Wilski Maciej, Tomczak Maciej
Department of Physical Culture of People with Disabilities, University School of Physical Education, ul. Królowej Jadwigi 27/39, 61-871, Poznan, Poland.
Department of Physiotherapy and Knowledge about Health, State University of Applied Sciences, Konin, Poland.
Ann Behav Med. 2017 Apr;51(2):179-188. doi: 10.1007/s12160-016-9841-5.
Discrepancies between physicians' assessment and patients' subjective representations of the disease severity may influence physician-patient communication and management of a chronic illness, such as multiple sclerosis (MS). For these reasons, it is important to recognize factors that distinguish patients who differently estimate the impact of MS.
The purpose of this study was to verify if the patients who overestimate or underestimate the impact of MS differ in their perception of personal resources from individuals presenting with a realistic appraisal of their physical condition.
A total of 172 women and 92 men diagnosed with MS completed Multiple Sclerosis Impact Scale, University of Washington Self Efficacy Scale, Rosenberg Self-Esteem Scale, Body Esteem Scale, Brief Illness Perception Questionnaire, Treatment Beliefs Scale, Actually Received Support Scale, and Socioeconomic resources scale. Physician's assessment of health status was determined with Expanded Disability Status Scale.
Linear regression analysis was conducted to identify the subsets of patients with various patterns of subjective health and Expanded Disability Status Scale (EDSS) scores. Patients overestimating the impact of their disease presented with significantly lower levels of self-esteem, self-efficacy in MS, and body esteem; furthermore, they perceived their condition more threatening than did realists and underestimators. They also assessed anti-MS treatment worse, had less socioeconomic resources, and received less support than underestimators. Additionally, underestimators presented with significantly better perception of their disease, self, and body than did realists.
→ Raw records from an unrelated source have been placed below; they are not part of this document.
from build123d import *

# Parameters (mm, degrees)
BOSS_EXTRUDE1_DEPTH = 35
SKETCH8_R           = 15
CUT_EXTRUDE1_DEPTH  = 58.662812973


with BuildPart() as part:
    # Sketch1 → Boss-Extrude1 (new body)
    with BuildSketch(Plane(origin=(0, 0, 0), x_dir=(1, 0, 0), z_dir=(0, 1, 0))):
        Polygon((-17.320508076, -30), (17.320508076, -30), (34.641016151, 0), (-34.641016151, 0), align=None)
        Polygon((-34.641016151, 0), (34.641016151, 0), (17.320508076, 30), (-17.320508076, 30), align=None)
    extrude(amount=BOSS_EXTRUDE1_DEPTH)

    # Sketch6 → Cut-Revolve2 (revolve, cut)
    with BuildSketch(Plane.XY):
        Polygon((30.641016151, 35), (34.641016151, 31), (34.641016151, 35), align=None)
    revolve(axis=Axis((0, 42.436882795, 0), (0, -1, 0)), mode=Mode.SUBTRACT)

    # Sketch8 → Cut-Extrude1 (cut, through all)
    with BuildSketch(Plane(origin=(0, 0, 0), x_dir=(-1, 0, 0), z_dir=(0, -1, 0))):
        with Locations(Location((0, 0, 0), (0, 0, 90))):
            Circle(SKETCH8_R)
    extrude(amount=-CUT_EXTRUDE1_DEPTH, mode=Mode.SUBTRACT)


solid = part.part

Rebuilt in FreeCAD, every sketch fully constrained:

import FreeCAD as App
import Part
import Sketcher
from FreeCAD import Vector
Q = App.Units.Quantity


def add_polygon(sketch, points):
    """Adds a closed chain of lines whose ends are joined by coincident constraints."""
    first, n = sketch.GeometryCount, len(points)
    for a, b in zip(points, points[1:] + points[:1]):
        sketch.addGeometry(Part.LineSegment(App.Vector(*a, 0), App.Vector(*b, 0)), False)
    for i in range(n):
        sketch.addConstraint(Sketcher.Constraint("Coincident", first + i, 2, first + (i + 1) % n, 1))

doc = App.newDocument("Part")
body = doc.addObject("PartDesign::Body", "Body")

sketch1 = body.newObject("Sketcher::SketchObject", "Sketch")
sketch1.AttachmentSupport = (doc.getObject("XZ_Plane"), [""])
sketch1.MapMode = "FlatFace"
add_polygon(sketch1, [(-17.320508, 30), (17.320508, 30), (34.641016, 0), (17.320508, -30), (-17.320508, -30), (-34.641016, 0)])
sketch1.addConstraint([
    Sketcher.Constraint("Horizontal", 0),
    Sketcher.Constraint("Horizontal", 3),
    Sketcher.Constraint("Symmetric", 0, 2, 3, 2, -1, 1),
    Sketcher.Constraint("Symmetric", 1, 2, 4, 2, -1, 1),
    Sketcher.Constraint("PointOnObject", 1, 2, -1),
    Sketcher.Constraint("Parallel", 2, 5),
    Sketcher.Constraint("Vertical", 0, 2, 2, 2),
    Sketcher.Constraint("Angle", 1, Q("-60 deg")),
    Sketcher.Constraint("DistanceY", -1, 1, 0, 2, 30.0),
    Sketcher.Constraint("DistanceX", 0, 1, 0, 2, 34.641016),
])
pad1 = body.newObject("PartDesign::Pad", "Pad")
pad1.Profile = sketch1
pad1.Length = 35
pad1.Reversed = True

sketch2 = body.newObject("Sketcher::SketchObject", "Sketch001")
sketch2.AttachmentSupport = (doc.getObject("XY_Plane"), [""])
sketch2.MapMode = "FlatFace"
add_polygon(sketch2, [(30.641016, 35), (34.641016, 31), (34.641016, 35)])
sketch2.addConstraint([
    Sketcher.Constraint("Vertical", 1),
    Sketcher.Constraint("Horizontal", 2),
    Sketcher.Constraint("Equal", 2, 1),
    Sketcher.Constraint("DistanceX", 2, 2, 2, 1, 4.0),
    Sketcher.Constraint("DistanceY", -1, 1, 0, 2, 31.0),
    Sketcher.Constraint("DistanceX", -1, 1, 0, 2, 34.641016),
])
groove = body.newObject("PartDesign::Groove", "Groove")
groove.Profile = sketch2
groove.ReferenceAxis = (sketch2, ["V_Axis"])
groove.Angle = 360

sketch3 = body.newObject("Sketcher::SketchObject", "Sketch002")
sketch3.AttachmentSupport = (doc.getObject("XZ_Plane"), [""])
sketch3.MapMode = "FlatFace"
sketch3.addGeometry(Part.Circle(Vector(0, 0, 0), Vector(0, 0, 1), 15), False)
sketch3.addConstraint([
    Sketcher.Constraint("Coincident", 0, 3, -1, 1),
    Sketcher.Constraint("Diameter", 0, 30.0),
])
pocket1 = body.newObject("PartDesign::Pocket", "Pocket")
pocket1.Profile = sketch3
pocket1.Type = "ThroughAll"

doc.recompute()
Self-assessment of MS-related symptoms is associated with specific perception of personal resources in coping with the disease. These findings may facilitate communication with patients and point to new directions for future research on adaptation to MS.
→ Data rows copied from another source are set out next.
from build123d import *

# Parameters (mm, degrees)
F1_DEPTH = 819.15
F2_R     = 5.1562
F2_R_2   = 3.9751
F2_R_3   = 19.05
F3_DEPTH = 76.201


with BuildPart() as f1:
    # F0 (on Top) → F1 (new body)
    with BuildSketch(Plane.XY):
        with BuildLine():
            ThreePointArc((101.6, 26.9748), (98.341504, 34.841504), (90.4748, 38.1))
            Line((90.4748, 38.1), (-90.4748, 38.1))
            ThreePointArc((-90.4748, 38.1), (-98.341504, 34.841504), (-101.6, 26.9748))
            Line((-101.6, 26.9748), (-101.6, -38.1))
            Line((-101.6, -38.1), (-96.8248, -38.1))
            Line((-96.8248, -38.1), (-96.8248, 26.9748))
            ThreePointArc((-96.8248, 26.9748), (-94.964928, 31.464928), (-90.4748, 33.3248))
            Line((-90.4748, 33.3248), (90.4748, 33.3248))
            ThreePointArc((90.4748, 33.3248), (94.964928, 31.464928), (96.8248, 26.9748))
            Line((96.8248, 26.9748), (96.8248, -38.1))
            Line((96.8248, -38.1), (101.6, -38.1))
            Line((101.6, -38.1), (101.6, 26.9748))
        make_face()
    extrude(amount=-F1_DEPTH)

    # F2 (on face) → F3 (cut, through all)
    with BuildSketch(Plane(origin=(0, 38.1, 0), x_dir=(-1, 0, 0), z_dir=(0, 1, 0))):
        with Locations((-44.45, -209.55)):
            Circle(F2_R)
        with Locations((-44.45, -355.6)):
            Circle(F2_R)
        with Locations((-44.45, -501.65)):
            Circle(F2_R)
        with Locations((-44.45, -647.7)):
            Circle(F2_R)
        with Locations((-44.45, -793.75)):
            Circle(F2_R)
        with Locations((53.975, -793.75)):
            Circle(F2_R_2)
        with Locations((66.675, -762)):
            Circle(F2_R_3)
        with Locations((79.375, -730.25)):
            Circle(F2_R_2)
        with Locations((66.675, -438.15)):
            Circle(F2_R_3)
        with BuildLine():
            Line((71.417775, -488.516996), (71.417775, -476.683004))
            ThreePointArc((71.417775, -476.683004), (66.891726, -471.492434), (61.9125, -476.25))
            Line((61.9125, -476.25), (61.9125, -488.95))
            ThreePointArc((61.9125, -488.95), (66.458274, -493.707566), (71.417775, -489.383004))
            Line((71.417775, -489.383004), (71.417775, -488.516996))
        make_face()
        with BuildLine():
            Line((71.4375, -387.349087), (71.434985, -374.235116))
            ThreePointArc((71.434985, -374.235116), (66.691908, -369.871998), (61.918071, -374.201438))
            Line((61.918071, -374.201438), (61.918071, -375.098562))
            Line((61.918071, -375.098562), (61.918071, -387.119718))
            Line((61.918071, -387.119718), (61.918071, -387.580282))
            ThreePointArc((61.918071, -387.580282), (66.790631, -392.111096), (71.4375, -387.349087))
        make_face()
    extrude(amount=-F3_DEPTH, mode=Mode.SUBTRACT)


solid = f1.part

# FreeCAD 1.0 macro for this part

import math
import FreeCAD as App
import Part
import Sketcher
from FreeCAD import Vector
Q = App.Units.Quantity

doc = App.newDocument("Part")
body = doc.addObject("PartDesign::Body", "Body")

# Sketch on XY plane
sketch1 = body.newObject("Sketcher::SketchObject", "Sketch")
sketch1.AttachmentSupport = (doc.getObject("XY_Plane"), [""])
sketch1.MapMode = "FlatFace"
sketch1.addGeometry([
    Part.ArcOfCircle(Part.Circle(Vector(90.5, 27, 0), Vector(0, 0, 1), 11.1), math.radians(0), math.radians(90)),  # 0
    Part.LineSegment(Vector(90.5, 38.1, 0), Vector(-90.5, 38.1, 0)),  # 1
    Part.ArcOfCircle(Part.Circle(Vector(-90.5, 27, 0), Vector(0, 0, 1), 11.1), math.radians(90), math.radians(180)),  # 2
    Part.LineSegment(Vector(-101.6, 27, 0), Vector(-101.6, -38.1, 0)),  # 3
    Part.LineSegment(Vector(-101.6, -38.1, 0), Vector(-96.8, -38.1, 0)),  # 4
    Part.LineSegment(Vector(-96.8, -38.1, 0), Vector(-96.8, 27, 0)),  # 5
    Part.ArcOfCircle(Part.Circle(Vector(-90.5, 27, 0), Vector(0, 0, 1), 6.4), math.radians(90), math.radians(180)),  # 6
    Part.LineSegment(Vector(-90.5, 33.3, 0), Vector(90.5, 33.3, 0)),  # 7
    Part.ArcOfCircle(Part.Circle(Vector(90.5, 27, 0), Vector(0, 0, 1), 6.4), math.radians(0), math.radians(90)),  # 8
    Part.LineSegment(Vector(96.8, 27, 0), Vector(96.8, -38.1, 0)),  # 9
    Part.LineSegment(Vector(96.8, -38.1, 0), Vector(101.6, -38.1, 0)),  # 10
    Part.LineSegment(Vector(101.6, -38.1, 0), Vector(101.6, 27, 0)),  # 11
], False)
sketch1.addConstraint([
    Sketcher.Constraint("Tangent", 0, 2, 1, 1),
    Sketcher.Constraint("Tangent", 1, 2, 2, 1),
    Sketcher.Constraint("Tangent", 2, 2, 3, 1),
    Sketcher.Constraint("Coincident", 3, 2, 4, 1),
    Sketcher.Constraint("Coincident", 4, 2, 5, 1),
    Sketcher.Constraint("Tangent", 5, 2, 6, 2),
    Sketcher.Constraint("Tangent", 6, 1, 7, 1),
    Sketcher.Constraint("Tangent", 7, 2, 8, 2),
    Sketcher.Constraint("Tangent", 8, 1, 9, 1),
    Sketcher.Constraint("Coincident", 9, 2, 10, 1),
    Sketcher.Constraint("Coincident", 10, 2, 11, 1),
    Sketcher.Constraint("Tangent", 11, 2, 0, 1),
    Sketcher.Constraint("Horizontal", 1),
    Sketcher.Constraint("Vertical", 3),
    Sketcher.Constraint("Horizontal", 4),
    Sketcher.Constraint("Vertical", 5),
    Sketcher.Constraint("Horizontal", 7),
    Sketcher.Constraint("Vertical", 9),
    Sketcher.Constraint("Horizontal", 10),
    Sketcher.Constraint("Vertical", 11),
    Sketcher.Constraint("Coincident", 6, 3, 2, 3),
    Sketcher.Constraint("Coincident", 8, 3, 0, 3),
    Sketcher.Constraint("Equal", 0, 2),
    Sketcher.Constraint("Symmetric", 4, 2, 9, 2, -2),
    Sketcher.Constraint("Radius", 6, Q("0.25 in")),
    Sketcher.Constraint("DistanceX", 2, 2, -1, 1, Q("4 in")),
    Sketcher.Constraint("Radius", 0, Q("0.438 in")),
    Sketcher.Constraint("DistanceY", 3, 2, 1, 2, Q("3 in")),
    Sketcher.Constraint("DistanceY", -1, 1, 0, 2, Q("1.5 in")),
])
pad1 = body.newObject("PartDesign::Pad", "Pad")
pad1.Profile = sketch1
pad1.Length = Q("32.25 in")
pad1.Reversed = True

# Sketch on XZ plane
sketch2 = body.newObject("Sketcher::SketchObject", "Sketch001")
sketch2.AttachmentSupport = (doc.getObject("XZ_Plane"), [""])
sketch2.MapMode = "FlatFace"
sketch2.AttachmentOffset = App.Placement(Vector(0, 0, -1.5 * 25.4), App.Rotation())
sketch2.addGeometry([
    Part.Circle(Vector(44.5, -209.6, 0), Vector(0, 0, 1), 5.2),  # 0
    Part.Circle(Vector(44.5, -355.6, 0), Vector(0, 0, 1), 5.2),  # 1
    Part.Circle(Vector(44.5, -501.6, 0), Vector(0, 0, 1), 5.2),  # 2
    Part.Circle(Vector(44.5, -647.7, 0), Vector(0, 0, 1), 5.2),  # 3
    Part.Circle(Vector(44.5, -793.8, 0), Vector(0, 0, 1), 5.2),  # 4
    Part.Circle(Vector(-54, -793.8, 0), Vector(0, 0, 1), 4),  # 5
    Part.Circle(Vector(-66.7, -762, 0), Vector(0, 0, 1), 19.1),  # 6
    Part.Circle(Vector(-79.4, -730.2, 0), Vector(0, 0, 1), 4),  # 7
    Part.Circle(Vector(-66.7, -438.1, 0), Vector(0, 0, 1), 19.1),  # 8
    Part.ArcOfCircle(Part.Circle(Vector(-66.7, -476.3, 0), Vector(0, 0, 1), 4.8), math.radians(0), math.radians(185)),  # 9
    Part.LineSegment(Vector(-61.9, -476.2, 0), Vector(-61.9, -488.9, 0)),  # 10
    Part.ArcOfCircle(Part.Circle(Vector(-66.7, -488.9, 0), Vector(0, 0, 1), 4.8), math.radians(-175), math.radians(0)),  # 11
    Part.LineSegment(Vector(-71.4, -489.4, 0), Vector(-71.4, -476.7, 0)),  # 12
    Part.LineSegment(Vector(-71.4, -387.3, 0), Vector(-71.4, -374.2, 0)),  # 13
    Part.ArcOfCircle(Part.Circle(Vector(-66.7, -374.6, 0), Vector(0, 0, 1), 4.8), math.radians(5), math.radians(175)),  # 14
    Part.LineSegment(Vector(-61.9, -374.2, 0), Vector(-61.9, -387.6, 0)),  # 15
    Part.ArcOfCircle(Part.Circle(Vector(-66.7, -387.4, 0), Vector(0, 0, 1), 4.8), math.radians(180), math.radians(357)),  # 16
], False)
sketch2.addConstraint([
    Sketcher.Constraint("Tangent", 9, 1, 10, 1),
    Sketcher.Constraint("Tangent", 10, 2, 11, 2),
    Sketcher.Constraint("Coincident", 11, 1, 12, 1),
    Sketcher.Constraint("Coincident", 12, 2, 9, 2),
    Sketcher.Constraint("Coincident", 13, 2, 14, 2),
    Sketcher.Constraint("Coincident", 14, 1, 15, 1),
    Sketcher.Constraint("Coincident", 15, 2, 16, 2),
    Sketcher.Constraint("Tangent", 16, 1, 13, 1),
    Sketcher.Constraint("Vertical", 10),
    Sketcher.Constraint("Vertical", 12),
    Sketcher.Constraint("Vertical", 15),
    Sketcher.Constraint("Equal", 0, 1),
    Sketcher.Constraint("Equal", 1, 2),
    Sketcher.Constraint("Equal", 2, 3),
    Sketcher.Constraint("Equal", 3, 4),
    Sketcher.Constraint("Equal", 5, 7),
    Sketcher.Constraint("Equal", 6, 8),
    Sketcher.Constraint("Equal", 9, 11),
    Sketcher.Constraint("Equal", 11, 16),
    Sketcher.Constraint("Horizontal", 4, 3, 5, 3),
    Sketcher.Constraint("Vertical", 0, 3, 1, 3),
    Sketcher.Constraint("Vertical", 1, 3, 2, 3),
    Sketcher.Constraint("Vertical", 2, 3, 3, 3),
    Sketcher.Constraint("Vertical", 3, 3, 4, 3),
    Sketcher.Constraint("Vertical", 6, 3, 8, 3),
    Sketcher.Constraint("Vertical", 8, 3, 9, 3),
    Sketcher.Constraint("Vertical", 11, 3, 14, 3),
    Sketcher.Constraint("Vertical", 14, 3, 16, 3),
    Sketcher.Constraint("Diameter", 6, Q("1.5 in")),
    Sketcher.Constraint("Diameter", 0, Q("0.406 in")),
    Sketcher.Constraint("Diameter", 5, Q("0.313 in")),
    Sketcher.Constraint("DistanceY", 10, 2, 10, 1, Q("0.5 in")),
    Sketcher.Constraint("DistanceY", 1, 3, -1, 1, Q("14 in")),
    Sketcher.Constraint("DistanceY", 6, 3, -1, 1, Q("30 in")),
    Sketcher.Constraint("Radius", 9, Q("0.1875 in")),
    Sketcher.Constraint("DistanceY", 4, 3, 0, 3, Q("23 in")),
    Sketcher.Constraint("DistanceX", 7, 3, 5, 3, Q("1 in")),
    Sketcher.Constraint("DistanceY", 7, 3, 2, 3, Q("9 in")),
    Sketcher.Constraint("DistanceY", 8, 3, 0, 3, Q("9 in")),
    Sketcher.Constraint("DistanceY", 2, 3, 9, 3, Q("1 in")),
    Sketcher.Constraint("DistanceY", 11, 3, 8, 3, Q("2 in")),
    Sketcher.Constraint("DistanceY", 9, 3, 14, 3, Q("4 in")),
    Sketcher.Constraint("DistanceY", 8, 3, 16, 3, Q("2 in")),
    Sketcher.Constraint("DistanceY", 3, 3, -1, 1, Q("25.5 in")),
    Sketcher.Constraint("DistanceX", 6, 3, 5, 3, Q("0.5 in")),
    Sketcher.Constraint("DistanceX", -1, 1, 0, 3, Q("1.75 in")),
    Sketcher.Constraint("DistanceY", 0, 3, -1, 1, Q("8.25 in")),
    Sketcher.Constraint("DistanceX", 5, 3, -1, 1, Q("2.125 in")),
    Sketcher.Constraint("Radius", 14, Q("4.778031 mm")),
    Sketcher.Constraint("Distance", 13, Q("13.113971 mm")),
    Sketcher.Constraint("DistanceY", 15, 2, 15, 1, Q("13.378844 mm")),
    Sketcher.Constraint("DistanceX", 13, 2, 12, 2, Q("0.01721 mm")),
])
pocket1 = body.newObject("PartDesign::Pocket", "Pocket")
pocket1.Profile = sketch2
pocket1.Type = "ThroughAll"
pocket1.Reversed = True

doc.recompute()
医生对疾病严重程度的评估与患者对疾病严重程度的主观表述之间的差异,可能会影响医患沟通以及慢性病(如多发性硬化症,MS)的管理。基于这些原因,识别那些对MS影响有不同估计的患者所具有的区别因素非常重要。
本研究的目的是验证高估或低估MS影响的患者在对个人资源的认知上是否与对自身身体状况有现实评估的个体存在差异。
总共172名被诊断为MS的女性和92名男性完成了多发性硬化症影响量表、华盛顿大学自我效能量表、罗森伯格自尊量表、身体自尊量表、简短疾病认知问卷、治疗信念量表、实际获得支持量表和社会经济资源量表。医生使用扩展残疾状态量表来确定健康状况评估。
进行线性回归分析以识别具有不同主观健康模式和扩展残疾状态量表(EDSS)评分的患者子集。高估自身疾病影响的患者自尊水平、MS方面的自我效能和身体自尊水平显著较低;此外,他们比现实主义者和低估者更觉得自己的状况具有威胁性。他们对MS治疗的评估也更差,社会经济资源更少,并且比低估者获得的支持更少。此外,低估者对自身疾病、自我和身体的认知明显比现实主义者更好。
对MS相关症状的自我评估与应对疾病时对个人资源的特定认知相关。这些发现可能有助于与患者的沟通,并为未来关于适应MS的研究指明新方向。